Titanium Powder Coating Using Metal 3D Printing: A Novel Coating Technology for Cobalt–Chromium Alloy Implants

Seung Chan Kim 1, Woo Lam Jo 2, Yong Sik Kim 2, Soon Yong Kwon 1, Yong Soo Cho 1, Young Wook Lim 2,
PMCID: PMC6361092  PMID: 30815346

Abstract

Background:

Three-dimensional (3D) printing with a direct metal fabrication (DMF) technology has been innovatively introduced in the field of surface treatment of prostheses. The purpose of this study was to determine whether such modifications on the surface of cobalt–chromium (CoCr) alloy by titanium powder coating using DMF improves the osseointegration ability of CoCr alloy.

Methods:

We compared the in vitro and in vivo ability of cells to adhere to DMF-coated CoCr alloy with machining. Biological and morphological responses to human osteoblast cell lines were examined by measuring cell proliferation rate and observing expression of actin filament. For in vivo study, we inserted different specimens in each medulla of the distal femurs of rabbit. After 3 months, the distal femurs were harvested, and a push-out test and histomorphometric analyses were performed.

Results:

The cell proliferation rate and cell adhesion in the DMF group were higher compared with those in the machined group. Human osteoblast cells on the DMF-coated surface were more strongly adhered and well-proliferated compared with those on the other surface. In the in vivo test, there was a significant difference in the ultimate shear strength between the DMF and machined groups (2.49 MPa vs. 0.87 MPa, respectively, p = 0.001). In the histomorphometric analysis, there was a significant difference in the mean bone-to-implant contact percentages between the DMF and machined groups (72.3 ± 6.2% vs. 47.6 ± 6.9%, respectively, p < 0.001).

Conclusion:

Titanium coating of CoCr alloy with 3D metal printing provides optimal surface characteristics and a good biological surface both in vitro and in vivo.

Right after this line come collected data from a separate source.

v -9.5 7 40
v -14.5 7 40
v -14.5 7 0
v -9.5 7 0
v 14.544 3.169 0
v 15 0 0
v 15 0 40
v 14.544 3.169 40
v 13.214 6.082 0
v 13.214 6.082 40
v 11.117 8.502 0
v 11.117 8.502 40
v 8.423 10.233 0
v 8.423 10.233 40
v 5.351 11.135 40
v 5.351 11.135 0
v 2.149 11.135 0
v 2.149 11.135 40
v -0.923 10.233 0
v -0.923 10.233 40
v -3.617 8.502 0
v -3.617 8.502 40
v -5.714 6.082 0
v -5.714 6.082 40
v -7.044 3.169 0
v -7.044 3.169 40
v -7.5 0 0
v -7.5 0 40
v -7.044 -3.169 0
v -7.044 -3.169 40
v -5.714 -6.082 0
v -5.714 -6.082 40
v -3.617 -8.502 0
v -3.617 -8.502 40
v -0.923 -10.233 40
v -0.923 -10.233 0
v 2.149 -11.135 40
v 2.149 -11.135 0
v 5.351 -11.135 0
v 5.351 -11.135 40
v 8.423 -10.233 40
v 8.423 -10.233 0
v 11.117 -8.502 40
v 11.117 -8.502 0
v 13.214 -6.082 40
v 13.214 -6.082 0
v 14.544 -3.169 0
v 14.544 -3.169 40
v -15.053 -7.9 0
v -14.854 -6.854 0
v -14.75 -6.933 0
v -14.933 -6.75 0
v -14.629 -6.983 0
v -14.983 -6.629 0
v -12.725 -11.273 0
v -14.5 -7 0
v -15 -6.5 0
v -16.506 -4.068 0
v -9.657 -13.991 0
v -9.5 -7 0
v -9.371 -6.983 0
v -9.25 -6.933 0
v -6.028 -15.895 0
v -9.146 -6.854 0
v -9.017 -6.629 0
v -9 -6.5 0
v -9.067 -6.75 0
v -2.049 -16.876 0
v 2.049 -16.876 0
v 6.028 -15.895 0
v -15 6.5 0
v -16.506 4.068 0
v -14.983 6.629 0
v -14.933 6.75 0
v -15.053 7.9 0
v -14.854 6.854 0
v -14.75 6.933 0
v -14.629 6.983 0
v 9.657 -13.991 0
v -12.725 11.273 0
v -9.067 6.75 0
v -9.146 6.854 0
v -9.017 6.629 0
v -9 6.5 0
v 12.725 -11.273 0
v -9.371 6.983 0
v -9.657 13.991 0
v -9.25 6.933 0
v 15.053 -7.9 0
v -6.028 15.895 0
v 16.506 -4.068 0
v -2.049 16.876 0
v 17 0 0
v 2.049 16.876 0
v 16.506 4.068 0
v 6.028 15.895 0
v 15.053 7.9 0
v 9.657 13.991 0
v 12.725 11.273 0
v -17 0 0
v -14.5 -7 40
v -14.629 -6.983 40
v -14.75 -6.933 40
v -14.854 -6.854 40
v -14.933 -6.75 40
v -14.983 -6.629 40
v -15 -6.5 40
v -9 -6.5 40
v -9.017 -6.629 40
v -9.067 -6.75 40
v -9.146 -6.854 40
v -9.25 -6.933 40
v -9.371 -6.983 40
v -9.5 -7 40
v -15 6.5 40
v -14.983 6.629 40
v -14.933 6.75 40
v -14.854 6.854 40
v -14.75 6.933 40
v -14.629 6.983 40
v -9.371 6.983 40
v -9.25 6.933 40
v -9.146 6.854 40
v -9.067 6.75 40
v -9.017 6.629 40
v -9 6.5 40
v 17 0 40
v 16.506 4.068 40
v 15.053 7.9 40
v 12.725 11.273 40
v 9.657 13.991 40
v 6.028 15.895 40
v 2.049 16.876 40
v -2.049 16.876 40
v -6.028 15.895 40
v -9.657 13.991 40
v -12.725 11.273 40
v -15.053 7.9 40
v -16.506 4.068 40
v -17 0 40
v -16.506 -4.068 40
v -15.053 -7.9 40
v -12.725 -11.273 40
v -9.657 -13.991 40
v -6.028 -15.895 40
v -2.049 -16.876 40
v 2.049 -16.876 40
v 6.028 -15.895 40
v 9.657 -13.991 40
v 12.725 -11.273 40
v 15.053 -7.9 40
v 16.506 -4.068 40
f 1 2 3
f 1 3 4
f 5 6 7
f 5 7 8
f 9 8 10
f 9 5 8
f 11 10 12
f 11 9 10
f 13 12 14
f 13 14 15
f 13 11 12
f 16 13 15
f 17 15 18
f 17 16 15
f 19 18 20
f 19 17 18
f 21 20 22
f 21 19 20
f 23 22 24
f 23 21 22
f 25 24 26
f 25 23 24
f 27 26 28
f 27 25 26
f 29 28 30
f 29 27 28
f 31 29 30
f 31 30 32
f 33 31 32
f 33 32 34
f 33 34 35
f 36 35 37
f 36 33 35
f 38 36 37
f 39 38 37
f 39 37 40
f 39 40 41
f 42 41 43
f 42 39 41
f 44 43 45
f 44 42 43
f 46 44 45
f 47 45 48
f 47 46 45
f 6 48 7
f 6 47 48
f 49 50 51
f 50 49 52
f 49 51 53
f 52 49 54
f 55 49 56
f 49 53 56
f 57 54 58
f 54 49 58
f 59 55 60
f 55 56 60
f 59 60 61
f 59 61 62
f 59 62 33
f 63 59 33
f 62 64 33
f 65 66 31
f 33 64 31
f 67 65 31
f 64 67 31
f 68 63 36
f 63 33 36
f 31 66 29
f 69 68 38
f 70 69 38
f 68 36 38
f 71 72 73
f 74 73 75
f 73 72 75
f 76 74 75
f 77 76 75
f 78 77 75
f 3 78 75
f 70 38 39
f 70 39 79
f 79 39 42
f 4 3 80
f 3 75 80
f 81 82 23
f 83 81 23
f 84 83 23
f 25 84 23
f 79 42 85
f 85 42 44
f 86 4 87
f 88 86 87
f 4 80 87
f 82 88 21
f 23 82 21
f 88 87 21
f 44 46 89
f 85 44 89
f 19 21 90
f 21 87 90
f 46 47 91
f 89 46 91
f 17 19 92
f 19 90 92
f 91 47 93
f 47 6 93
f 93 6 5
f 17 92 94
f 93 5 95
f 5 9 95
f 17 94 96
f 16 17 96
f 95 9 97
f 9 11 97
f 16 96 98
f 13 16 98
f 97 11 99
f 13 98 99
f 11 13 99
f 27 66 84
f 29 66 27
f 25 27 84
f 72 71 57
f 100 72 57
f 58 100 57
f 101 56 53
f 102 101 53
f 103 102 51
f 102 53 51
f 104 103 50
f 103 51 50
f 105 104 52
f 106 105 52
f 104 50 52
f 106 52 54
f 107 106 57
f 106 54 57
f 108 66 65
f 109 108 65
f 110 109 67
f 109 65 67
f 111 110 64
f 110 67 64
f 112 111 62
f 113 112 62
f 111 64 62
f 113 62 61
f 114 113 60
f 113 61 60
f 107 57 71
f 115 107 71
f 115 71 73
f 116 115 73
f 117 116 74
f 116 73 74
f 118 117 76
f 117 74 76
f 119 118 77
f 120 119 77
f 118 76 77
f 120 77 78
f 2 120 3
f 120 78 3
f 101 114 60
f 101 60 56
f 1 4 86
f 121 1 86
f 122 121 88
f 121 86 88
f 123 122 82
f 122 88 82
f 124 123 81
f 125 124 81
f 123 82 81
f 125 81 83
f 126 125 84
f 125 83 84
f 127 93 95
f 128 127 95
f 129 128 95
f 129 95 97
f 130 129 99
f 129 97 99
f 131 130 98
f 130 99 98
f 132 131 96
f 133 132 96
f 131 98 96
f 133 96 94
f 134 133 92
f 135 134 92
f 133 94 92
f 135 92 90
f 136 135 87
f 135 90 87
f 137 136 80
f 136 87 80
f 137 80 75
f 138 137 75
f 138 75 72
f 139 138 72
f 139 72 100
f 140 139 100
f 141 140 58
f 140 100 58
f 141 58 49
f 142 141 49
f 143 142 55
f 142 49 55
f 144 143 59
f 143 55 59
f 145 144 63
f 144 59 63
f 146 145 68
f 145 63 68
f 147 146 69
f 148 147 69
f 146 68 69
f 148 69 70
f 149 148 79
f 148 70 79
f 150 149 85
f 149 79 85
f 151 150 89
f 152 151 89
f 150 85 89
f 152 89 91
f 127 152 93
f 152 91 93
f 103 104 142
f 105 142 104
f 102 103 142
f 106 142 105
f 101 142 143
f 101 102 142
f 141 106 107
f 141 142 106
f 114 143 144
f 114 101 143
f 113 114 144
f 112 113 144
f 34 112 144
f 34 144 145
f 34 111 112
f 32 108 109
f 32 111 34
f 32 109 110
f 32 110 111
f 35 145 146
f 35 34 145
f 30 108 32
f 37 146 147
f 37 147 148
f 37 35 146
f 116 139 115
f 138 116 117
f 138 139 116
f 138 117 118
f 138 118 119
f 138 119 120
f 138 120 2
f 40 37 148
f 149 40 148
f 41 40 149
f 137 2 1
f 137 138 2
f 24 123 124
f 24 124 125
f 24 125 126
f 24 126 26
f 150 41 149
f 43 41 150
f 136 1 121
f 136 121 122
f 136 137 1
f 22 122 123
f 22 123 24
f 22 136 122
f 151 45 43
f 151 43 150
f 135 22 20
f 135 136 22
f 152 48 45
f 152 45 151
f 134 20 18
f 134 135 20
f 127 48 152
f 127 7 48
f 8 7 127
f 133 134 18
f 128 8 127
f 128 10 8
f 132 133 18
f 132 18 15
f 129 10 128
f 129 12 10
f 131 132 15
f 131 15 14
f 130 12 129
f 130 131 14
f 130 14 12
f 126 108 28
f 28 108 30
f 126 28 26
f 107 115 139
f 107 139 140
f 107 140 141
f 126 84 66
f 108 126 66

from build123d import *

# Parameters (mm, degrees)
F0_R     = 17
F0_R_2   = 11.25
F1_DEPTH = 40


with BuildPart() as f1:
    # F0 (on Top) → F1 (new body)
    with BuildSketch(Plane.XY):
        Circle(F0_R)
        with BuildLine():
            ThreePointArc((-9, -6.5), (-9.146447, -6.853553), (-9.5, -7))
            Line((-9.5, -7), (-14.5, -7))
            ThreePointArc((-14.5, -7), (-14.853553, -6.853553), (-15, -6.5))
            Line((-15, -6.5), (-15, 6.5))
            ThreePointArc((-15, 6.5), (-14.853553, 6.853553), (-14.5, 7))
            Line((-14.5, 7), (-9.5, 7))
            ThreePointArc((-9.5, 7), (-9.146447, 6.853553), (-9, 6.5))
            Line((-9, 6.5), (-9, -6.5))
        make_face(mode=Mode.SUBTRACT)
        with Locations((3.75, 0)):
            Circle(F0_R_2, mode=Mode.SUBTRACT)
    extrude(amount=F1_DEPTH)


solid = f1.part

Keywords: Cobalt–chromium alloy, Direct metal fabrication, Osseointegration, Surface treatment, 3D printing

Introduction

Cobalt–chromium (CoCr) is the most extensively studied metallic biomedical implant due to its high strength, high corrosion resistance, flexibility, and good biocompatibility [13]. However, a lack of osseointegration has limited its application [4, 5]. Conventional CoCr alloy implants have been made by casting or forging, followed by a surface treatment to create porous structures such as plasma sprays, fiber metals, and bead coatings [2, 6, 7]. The disadvantages of these methods are: structural deformation and a decrease in fatigue strength, delamination of coating surfaces, and not obtaining genuine porous structures.

Direct metal fabrication (DMF) is a method for creating features via applying the additive through laser welding using sprayed titanium (Ti) powder, rather than a bottom bed [8]. This method is inferior for the fabrication of complex features, compared with powder-bed-fusion (PBF) and electron-beam processes; however, extremely high mechanical strengths similar to that of forged metal, make the additive on the surface of the complex feature suitable for knee, ankle, and hip implants [9, 10].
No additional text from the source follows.